H is a hop size (length) and M is a window size.

In [5]:
ys_new = pad_signal(ys)

ys_emphasized=pre_emphasize(ys_new, 0.97)


In [6]:
N_FFT = 400 #window size
window = 'hamming'
hop_size = 160
N_MFCC = 40

Ds=fourier_transform(ys=ys_emphasized, N_FFT=N_FFT, window=window, hop_size=hop_size)
Ms=mfccs(ys=ys_emphasized, n_mfcc=N_MFCC, N_FFT=N_FFT, hop_size=hop_size)

In [7]:
import torch
from torch.autograd import Variable
from torch.nn.parameter import Parameter
import torch.nn as nn
import torch.nn.functional as F
import torch.optim as optim
import torch.nn.init as init

from torch.nn import Linear, Conv2d, BatchNorm2d, MaxPool2d, Dropout2d, Conv1d
from torch.nn.functional import relu, elu, relu6, sigmoid, tanh, softmax

In [8]:
# hyperameters of the model
num_classes = 27
channels = 1
height = 641
width = 40
num_filters_conv1 = 16
kernel_size_conv1 = 4 # [height, width]
stride_conv1 = 1 # [stride_height, stride_width]
kernel_size_pool1 = 1
stride_pool1 = 1
num_l1 = 100
padding_conv1 = 0
dilation=1

def compute_conv_dim(dim_size):
    return int((dim_size - kernel_size_conv1 + 2 * padding_conv1) / stride_conv1 + 1)

def compute_maxPool_dim(dim_size):
    return int((dim_size - kernel_size_pool1 + 2 * padding_conv1) / stride_pool1 + 1)

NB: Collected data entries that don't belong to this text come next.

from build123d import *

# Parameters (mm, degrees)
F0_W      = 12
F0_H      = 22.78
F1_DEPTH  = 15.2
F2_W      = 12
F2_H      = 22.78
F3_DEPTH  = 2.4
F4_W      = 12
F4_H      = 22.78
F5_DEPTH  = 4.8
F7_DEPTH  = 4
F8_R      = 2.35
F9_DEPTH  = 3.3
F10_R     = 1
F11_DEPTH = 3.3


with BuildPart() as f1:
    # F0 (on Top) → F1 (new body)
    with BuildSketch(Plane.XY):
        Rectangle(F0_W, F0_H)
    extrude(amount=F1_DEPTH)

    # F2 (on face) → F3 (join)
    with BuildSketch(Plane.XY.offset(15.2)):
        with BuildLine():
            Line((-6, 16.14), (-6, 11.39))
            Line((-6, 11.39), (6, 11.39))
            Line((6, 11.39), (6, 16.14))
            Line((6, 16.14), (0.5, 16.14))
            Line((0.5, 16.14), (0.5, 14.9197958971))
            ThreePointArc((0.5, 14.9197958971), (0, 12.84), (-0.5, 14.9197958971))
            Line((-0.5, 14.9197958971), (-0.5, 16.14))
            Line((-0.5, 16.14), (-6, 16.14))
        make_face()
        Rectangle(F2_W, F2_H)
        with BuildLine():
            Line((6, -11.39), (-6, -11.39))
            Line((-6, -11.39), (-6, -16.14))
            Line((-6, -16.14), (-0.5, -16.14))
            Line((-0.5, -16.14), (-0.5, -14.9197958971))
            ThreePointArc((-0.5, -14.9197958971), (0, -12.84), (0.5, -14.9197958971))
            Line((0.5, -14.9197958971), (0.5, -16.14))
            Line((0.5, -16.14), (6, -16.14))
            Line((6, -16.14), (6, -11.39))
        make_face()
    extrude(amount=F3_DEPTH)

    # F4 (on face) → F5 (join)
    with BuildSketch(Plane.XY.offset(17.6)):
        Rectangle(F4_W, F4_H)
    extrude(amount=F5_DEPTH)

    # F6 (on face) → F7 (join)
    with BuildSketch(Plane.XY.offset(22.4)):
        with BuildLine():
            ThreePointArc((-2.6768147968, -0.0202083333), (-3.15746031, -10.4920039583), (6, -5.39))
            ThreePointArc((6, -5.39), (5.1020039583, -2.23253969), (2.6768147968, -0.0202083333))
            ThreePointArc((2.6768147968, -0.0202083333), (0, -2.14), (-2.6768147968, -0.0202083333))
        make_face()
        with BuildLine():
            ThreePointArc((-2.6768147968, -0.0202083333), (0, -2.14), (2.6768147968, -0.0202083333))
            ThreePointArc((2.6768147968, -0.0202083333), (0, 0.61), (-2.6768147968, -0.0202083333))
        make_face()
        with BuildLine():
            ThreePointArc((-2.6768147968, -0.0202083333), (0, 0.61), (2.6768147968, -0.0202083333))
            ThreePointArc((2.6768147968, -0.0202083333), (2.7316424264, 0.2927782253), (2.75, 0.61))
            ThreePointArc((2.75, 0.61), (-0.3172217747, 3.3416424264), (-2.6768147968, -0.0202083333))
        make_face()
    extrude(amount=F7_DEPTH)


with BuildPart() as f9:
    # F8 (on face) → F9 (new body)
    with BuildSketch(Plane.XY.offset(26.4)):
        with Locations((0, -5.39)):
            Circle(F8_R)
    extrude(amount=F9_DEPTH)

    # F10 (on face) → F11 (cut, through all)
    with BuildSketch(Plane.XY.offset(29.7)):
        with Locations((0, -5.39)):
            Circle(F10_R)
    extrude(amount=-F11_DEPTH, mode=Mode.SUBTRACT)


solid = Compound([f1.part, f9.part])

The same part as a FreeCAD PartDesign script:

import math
import FreeCAD as App
import Part
import Sketcher
Q = App.Units.Quantity

doc = App.newDocument("Part")
body = doc.addObject("PartDesign::Body", "Body")

# Sketch on XY plane
sketch1 = body.newObject("Sketcher::SketchObject", "Sketch")
sketch1.AttachmentSupport = (doc.getObject("XY_Plane"), [""])
sketch1.MapMode = "FlatFace"
sketch1.addGeometry(Part.LineSegment(App.Vector(-6, 11, 0), App.Vector(-6, -11, 0)), False)
sketch1.addGeometry(Part.LineSegment(App.Vector(-6, -11, 0), App.Vector(6, -11, 0)), False)
sketch1.addGeometry(Part.LineSegment(App.Vector(6, -11, 0), App.Vector(6, 11, 0)), False)
sketch1.addGeometry(Part.LineSegment(App.Vector(6, 11, 0), App.Vector(-6, 11, 0)), False)
sketch1.addConstraint(Sketcher.Constraint("Coincident", 0, 2, 1, 1))
sketch1.addConstraint(Sketcher.Constraint("Coincident", 1, 2, 2, 1))
sketch1.addConstraint(Sketcher.Constraint("Coincident", 2, 2, 3, 1))
sketch1.addConstraint(Sketcher.Constraint("Coincident", 3, 2, 0, 1))
sketch1.addConstraint(Sketcher.Constraint("Vertical", 0))
sketch1.addConstraint(Sketcher.Constraint("Horizontal", 1))
sketch1.addConstraint(Sketcher.Constraint("Vertical", 2))
sketch1.addConstraint(Sketcher.Constraint("Horizontal", 3))
sketch1.addConstraint(Sketcher.Constraint("Symmetric", 0, 2, 2, 2, -1, 1))
sketch1.addConstraint(Sketcher.Constraint("DistanceX", 1, 1, 1, 2, Q("12 mm")))
sketch1.addConstraint(Sketcher.Constraint("DistanceY", 0, 2, 0, 1, Q("22.78 mm")))
pad1 = body.newObject("PartDesign::Pad", "Pad")
pad1.Profile = sketch1
pad1.Length = 15.2

# Sketch on XY plane
sketch2 = body.newObject("Sketcher::SketchObject", "Sketch001")
sketch2.AttachmentSupport = (doc.getObject("XY_Plane"), [""])
sketch2.MapMode = "FlatFace"
sketch2.AttachmentOffset = App.Placement(App.Vector(0, 0, 15.2), App.Rotation())
sketch2.addGeometry(Part.LineSegment(App.Vector(-6, 16.1, 0), App.Vector(-6, -16.1, 0)), False)
sketch2.addGeometry(Part.LineSegment(App.Vector(-6, -16.1, 0), App.Vector(-0.5, -16.1, 0)), False)
sketch2.addGeometry(Part.LineSegment(App.Vector(-0.5, -16.1, 0), App.Vector(-0.5, -14.9, 0)), False)
sketch2.addGeometry(Part.ArcOfCircle(Part.Circle(App.Vector(0, -13.9, 0), App.Vector(0, 0, 1), 1.1), math.radians(-63), math.radians(243)), False)
sketch2.addGeometry(Part.LineSegment(App.Vector(0.5, -14.9, 0), App.Vector(0.5, -16.1, 0)), False)
sketch2.addGeometry(Part.LineSegment(App.Vector(0.5, -16.1, 0), App.Vector(6, -16.1, 0)), False)
sketch2.addGeometry(Part.LineSegment(App.Vector(6, -16.1, 0), App.Vector(6, 16.1, 0)), False)
sketch2.addGeometry(Part.LineSegment(App.Vector(6, 16.1, 0), App.Vector(0.5, 16.1, 0)), False)
sketch2.addGeometry(Part.LineSegment(App.Vector(0.5, 16.1, 0), App.Vector(0.5, 14.9, 0)), False)
sketch2.addGeometry(Part.ArcOfCircle(Part.Circle(App.Vector(0, 13.9, 0), App.Vector(0, 0, 1), 1.1), math.radians(117), math.radians(423)), False)
sketch2.addGeometry(Part.LineSegment(App.Vector(-0.5, 14.9, 0), App.Vector(-0.5, 16.1, 0)), False)
sketch2.addGeometry(Part.LineSegment(App.Vector(-0.5, 16.1, 0), App.Vector(-6, 16.1, 0)), False)
sketch2.addConstraint(Sketcher.Constraint("Coincident", 0, 2, 1, 1))
sketch2.addConstraint(Sketcher.Constraint("Coincident", 1, 2, 2, 1))
sketch2.addConstraint(Sketcher.Constraint("Coincident", 2, 2, 3, 2))
sketch2.addConstraint(Sketcher.Constraint("Coincident", 3, 1, 4, 1))
sketch2.addConstraint(Sketcher.Constraint("Coincident", 4, 2, 5, 1))
sketch2.addConstraint(Sketcher.Constraint("Coincident", 5, 2, 6, 1))
sketch2.addConstraint(Sketcher.Constraint("Coincident", 6, 2, 7, 1))
sketch2.addConstraint(Sketcher.Constraint("Coincident", 7, 2, 8, 1))
sketch2.addConstraint(Sketcher.Constraint("Coincident", 8, 2, 9, 2))
sketch2.addConstraint(Sketcher.Constraint("Coincident", 9, 1, 10, 1))
sketch2.addConstraint(Sketcher.Constraint("Coincident", 10, 2, 11, 1))
sketch2.addConstraint(Sketcher.Constraint("Coincident", 11, 2, 0, 1))
sketch2.addConstraint(Sketcher.Constraint("Vertical", 0))
sketch2.addConstraint(Sketcher.Constraint("Horizontal", 1))
sketch2.addConstraint(Sketcher.Constraint("Vertical", 2))
sketch2.addConstraint(Sketcher.Constraint("Vertical", 4))
sketch2.addConstraint(Sketcher.Constraint("Horizontal", 5))
sketch2.addConstraint(Sketcher.Constraint("Vertical", 6))
sketch2.addConstraint(Sketcher.Constraint("Horizontal", 7))
sketch2.addConstraint(Sketcher.Constraint("Vertical", 8))
sketch2.addConstraint(Sketcher.Constraint("Vertical", 10))
sketch2.addConstraint(Sketcher.Constraint("Horizontal", 11))
sketch2.addConstraint(Sketcher.Constraint("Equal", 3, 9))
sketch2.addConstraint(Sketcher.Constraint("Symmetric", 3, 3, 9, 3, -1, 1))
sketch2.addConstraint(Sketcher.Constraint("Symmetric", 0, 2, 6, 2, -1, 1))
sketch2.addConstraint(Sketcher.Constraint("Symmetric", 4, 2, 10, 2, -1, 1))
sketch2.addConstraint(Sketcher.Constraint("Symmetric", 2, 2, 3, 1, -2))
sketch2.addConstraint(Sketcher.Constraint("Symmetric", 7, 2, 10, 2, -2))
sketch2.addConstraint(Sketcher.Constraint("Radius", 3, Q("1.1 mm")))
sketch2.addConstraint(Sketcher.Constraint("DistanceX", 1, 1, 1, 2, Q("5.5 mm")))
sketch2.addConstraint(Sketcher.Constraint("DistanceX", 0, 2, -1, 1, Q("6 mm")))
sketch2.addConstraint(Sketcher.Constraint("DistanceY", 0, 2, 0, 1, Q("32.28 mm")))
sketch2.addConstraint(Sketcher.Constraint("DistanceY", 0, 2, 3, 3, Q("2.2 mm")))
pad2 = body.newObject("PartDesign::Pad", "Pad001")
pad2.Profile = sketch2
pad2.Length = 2.4

# Sketch on XY plane
sketch3 = body.newObject("Sketcher::SketchObject", "Sketch002")
sketch3.AttachmentSupport = (doc.getObject("XY_Plane"), [""])
sketch3.MapMode = "FlatFace"
sketch3.AttachmentOffset = App.Placement(App.Vector(0, 0, 17.6), App.Rotation())
sketch3.addGeometry(Part.LineSegment(App.Vector(-6, 11, 0), App.Vector(-6, -11, 0)), False)
sketch3.addGeometry(Part.LineSegment(App.Vector(-6, -11, 0), App.Vector(6, -11, 0)), False)
sketch3.addGeometry(Part.LineSegment(App.Vector(6, -11, 0), App.Vector(6, 11, 0)), False)
sketch3.addGeometry(Part.LineSegment(App.Vector(6, 11, 0), App.Vector(-6, 11, 0)), False)
sketch3.addConstraint(Sketcher.Constraint("Coincident", 0, 2, 1, 1))
sketch3.addConstraint(Sketcher.Constraint("Coincident", 1, 2, 2, 1))
sketch3.addConstraint(Sketcher.Constraint("Coincident", 2, 2, 3, 1))
sketch3.addConstraint(Sketcher.Constraint("Coincident", 3, 2, 0, 1))
sketch3.addConstraint(Sketcher.Constraint("Vertical", 0))
sketch3.addConstraint(Sketcher.Constraint("Horizontal", 1))
sketch3.addConstraint(Sketcher.Constraint("Vertical", 2))
sketch3.addConstraint(Sketcher.Constraint("Horizontal", 3))
sketch3.addConstraint(Sketcher.Constraint("Symmetric", 0, 2, 2, 2, -1, 1))
sketch3.addConstraint(Sketcher.Constraint("DistanceX", 1, 1, 1, 2, Q("12 mm")))
sketch3.addConstraint(Sketcher.Constraint("DistanceY", 0, 2, 0, 1, Q("22.78 mm")))
pad3 = body.newObject("PartDesign::Pad", "Pad002")
pad3.Profile = sketch3
pad3.Length = 4.8

# Sketch on XY plane
sketch4 = body.newObject("Sketcher::SketchObject", "Sketch003")
sketch4.AttachmentSupport = (doc.getObject("XY_Plane"), [""])
sketch4.MapMode = "FlatFace"
sketch4.AttachmentOffset = App.Placement(App.Vector(0, 0, 22.4), App.Rotation())
sketch4.addGeometry(Part.ArcOfCircle(Part.Circle(App.Vector(0, -5.4, 0), App.Vector(0, 0, 1), 6), math.radians(116), math.radians(360)), False)
sketch4.addGeometry(Part.ArcOfCircle(Part.Circle(App.Vector(0, -5.4, 0), App.Vector(0, 0, 1), 6), math.radians(0), math.radians(64)), False)
sketch4.addGeometry(Part.ArcOfCircle(Part.Circle(App.Vector(0, 0.6, 0), App.Vector(0, 0, 1), 2.7), math.radians(-13.25), math.radians(0)), False)
sketch4.addGeometry(Part.ArcOfCircle(Part.Circle(App.Vector(0, 0.6, 0), App.Vector(0, 0, 1), 2.8), math.radians(0), math.radians(193)), False)
sketch4.addConstraint(Sketcher.Constraint("Tangent", 0, 2, 1, 1))
sketch4.addConstraint(Sketcher.Constraint("Coincident", 1, 2, 2, 1))
sketch4.addConstraint(Sketcher.Constraint("Tangent", 2, 2, 3, 1))
sketch4.addConstraint(Sketcher.Constraint("Coincident", 3, 2, 0, 1))
sketch4.addConstraint(Sketcher.Constraint("Equal", 0, 1))
sketch4.addConstraint(Sketcher.Constraint("Equal", 2, 3))
sketch4.addConstraint(Sketcher.Constraint("Symmetric", 1, 2, 3, 2, -2))
sketch4.addConstraint(Sketcher.Constraint("Horizontal", 1, 3, 0, 2))
sketch4.addConstraint(Sketcher.Constraint("Horizontal", 3, 3, 2, 2))
sketch4.addConstraint(Sketcher.Constraint("Radius", 0, Q("6 mm")))
sketch4.addConstraint(Sketcher.Constraint("Radius", 2, Q("2.75 mm")))
sketch4.addConstraint(Sketcher.Constraint("DistanceY", 0, 3, 2, 3, Q("6 mm")))
sketch4.addConstraint(Sketcher.Constraint("DistanceY", 0, 3, -1, 1, Q("5.39 mm")))
pad4 = body.newObject("PartDesign::Pad", "Pad003")
pad4.Profile = sketch4
pad4.Length = 4
body2 = doc.addObject("PartDesign::Body", "Body001")

# Sketch on XY plane
sketch5 = body2.newObject("Sketcher::SketchObject", "Sketch004")
sketch5.AttachmentSupport = (doc.getObject("XY_Plane001"), [""])
sketch5.MapMode = "FlatFace"
sketch5.AttachmentOffset = App.Placement(App.Vector(0, 0, 26.4), App.Rotation())
sketch5.addGeometry(Part.Circle(App.Vector(0, -5.4, 0), App.Vector(0, 0, 1), 2.4), False)
sketch5.addConstraint(Sketcher.Constraint("PointOnObject", 0, 3, -2))
sketch5.addConstraint(Sketcher.Constraint("Diameter", 0, Q("4.7 mm")))
sketch5.addConstraint(Sketcher.Constraint("DistanceY", 0, 3, -1, 1, Q("5.39 mm")))
pad5 = body2.newObject("PartDesign::Pad", "Pad004")
pad5.Profile = sketch5
pad5.Length = 3.3

# Sketch on XY plane
sketch6 = body2.newObject("Sketcher::SketchObject", "Sketch005")
sketch6.AttachmentSupport = (doc.getObject("XY_Plane001"), [""])
sketch6.MapMode = "FlatFace"
sketch6.AttachmentOffset = App.Placement(App.Vector(0, 0, 29.7), App.Rotation())
sketch6.addGeometry(Part.Circle(App.Vector(0, -5.4, 0), App.Vector(0, 0, 1), 1), False)
sketch6.addConstraint(Sketcher.Constraint("PointOnObject", 0, 3, -2))
sketch6.addConstraint(Sketcher.Constraint("Diameter", 0, Q("2 mm")))
sketch6.addConstraint(Sketcher.Constraint("DistanceY", 0, 3, -1, 1, Q("5.39 mm")))
pocket1 = body2.newObject("PartDesign::Pocket", "Pocket")
pocket1.Profile = sketch6
pocket1.Type = "ThroughAll"

doc.recompute()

def comput_conv_1d_dim(dim_size):
    return int((dim_size+2*padding_conv1-dilation*(kernel_size_conv1-1) - 1)/stride_conv1 + 1)
    
def comput_maxPool_dim(dim_size):
    return int((dim_size+2*padding_conv1-dilation*(kernel_size_pool1-1) - 1)/stride_pool1 + 1)

# define network
class Net(nn.Module):

    def __init__(self):
        super(Net, self).__init__()
        #out_dim = (input_dim - filter_dim + 2 * padding) / stride + 1
        self.conv_1 = Conv2d(in_channels=channels,
                             out_channels=num_filters_conv1,
                             kernel_size=kernel_size_conv1,
                             stride=stride_conv1)
        
       # self.maxPool_1 = MaxPool2d(2, stride=2)
        
        self.conv_out_height = compute_conv_dim(height)
        self.conv_out_width = compute_conv_dim(width)
      #  self.conv_out_height = compute_maxPool_dim(self.conv_out_height)
      #  self.conv_out_width = compute_maxPool_dim(self.conv_out_width)
        
        
        
        
        # add dropout to network
        #self.dropout = Dropout2d(p=0.5)
        self.l1_in_features = num_filters_conv1*self.conv_out_width
        #self.l1_in_features = channels * height * width
        
        self.l_1 = Linear(in_features=self.l1_in_features, 
                          out_features=num_l1,
                          bias=True)
        self.l_out = Linear(in_features=num_l1, 
                            out_features=num_classes,
                            bias=False)
    
    def forward(self, x): # x.size() = [batch, channel, height, width]
        x = relu(self.conv_1(x))
        #x = self.maxPool_1(x)
        # torch.Tensor.view: http://pytorch.org/docs/master/tensors.html?highlight=view#torch.Tensor.view
        #   Returns a new tensor with the same data as the self tensor,
        #   but of a different size.
        # the size -1 is inferred from other dimensions 
        #print(x.shape)#NCHW to HCNW
        x=x.permute(0, 2, 1, 3)
        #print(x.shape)
        x=x.contiguous()
        x = x.view(1, self.conv_out_height, self.l1_in_features)
        #print(x.shape)
        #x = self.dropout(relu(self.l_1(x)))
        x = relu(self.l_1(x))
        #print(x.shape)
        return softmax(self.l_out(x), dim=1)


net = Net()
print(net)

Net(
  (conv_1): Conv2d(1, 16, kernel_size=(4, 4), stride=(1, 1))
  (l_1): Linear(in_features=592, out_features=100, bias=True)
  (l_out): Linear(in_features=100, out_features=27, bias=False)
)


In [9]:
criterion = CTCLoss()
optimizer = optim.Adam(net.parameters(), lr=0.001)


In [10]:
print(len(Ms))
print(len(Ms[0]))
print(len(Ms[0][0].T))

949
1
641


In [11]:
sample = numpy.empty([1,1, 641, 40])
sample[0][0] = Ms[0][0].T
#sample=numpy.empty([641, 1, 40])
#for i, row in enumerate(Ms[0][0]):
#    sample[i] = 

In [12]:
print(net.parameters())
#print(batch.shape)
out = net(Variable(torch.from_numpy(sample).float()))
print(out.shape)
string = ''.join(labels[0])
string = string.strip()
string = string.replace(" ", "")

output = []
for character in string:
    number = ord(character) - 65
    output.append(number)
print output

labels_crit = torch.IntTensor(output)

label_sizes = torch.IntTensor([len(labels_crit)])
probs_sizes = torch.IntTensor([out.shape[1]])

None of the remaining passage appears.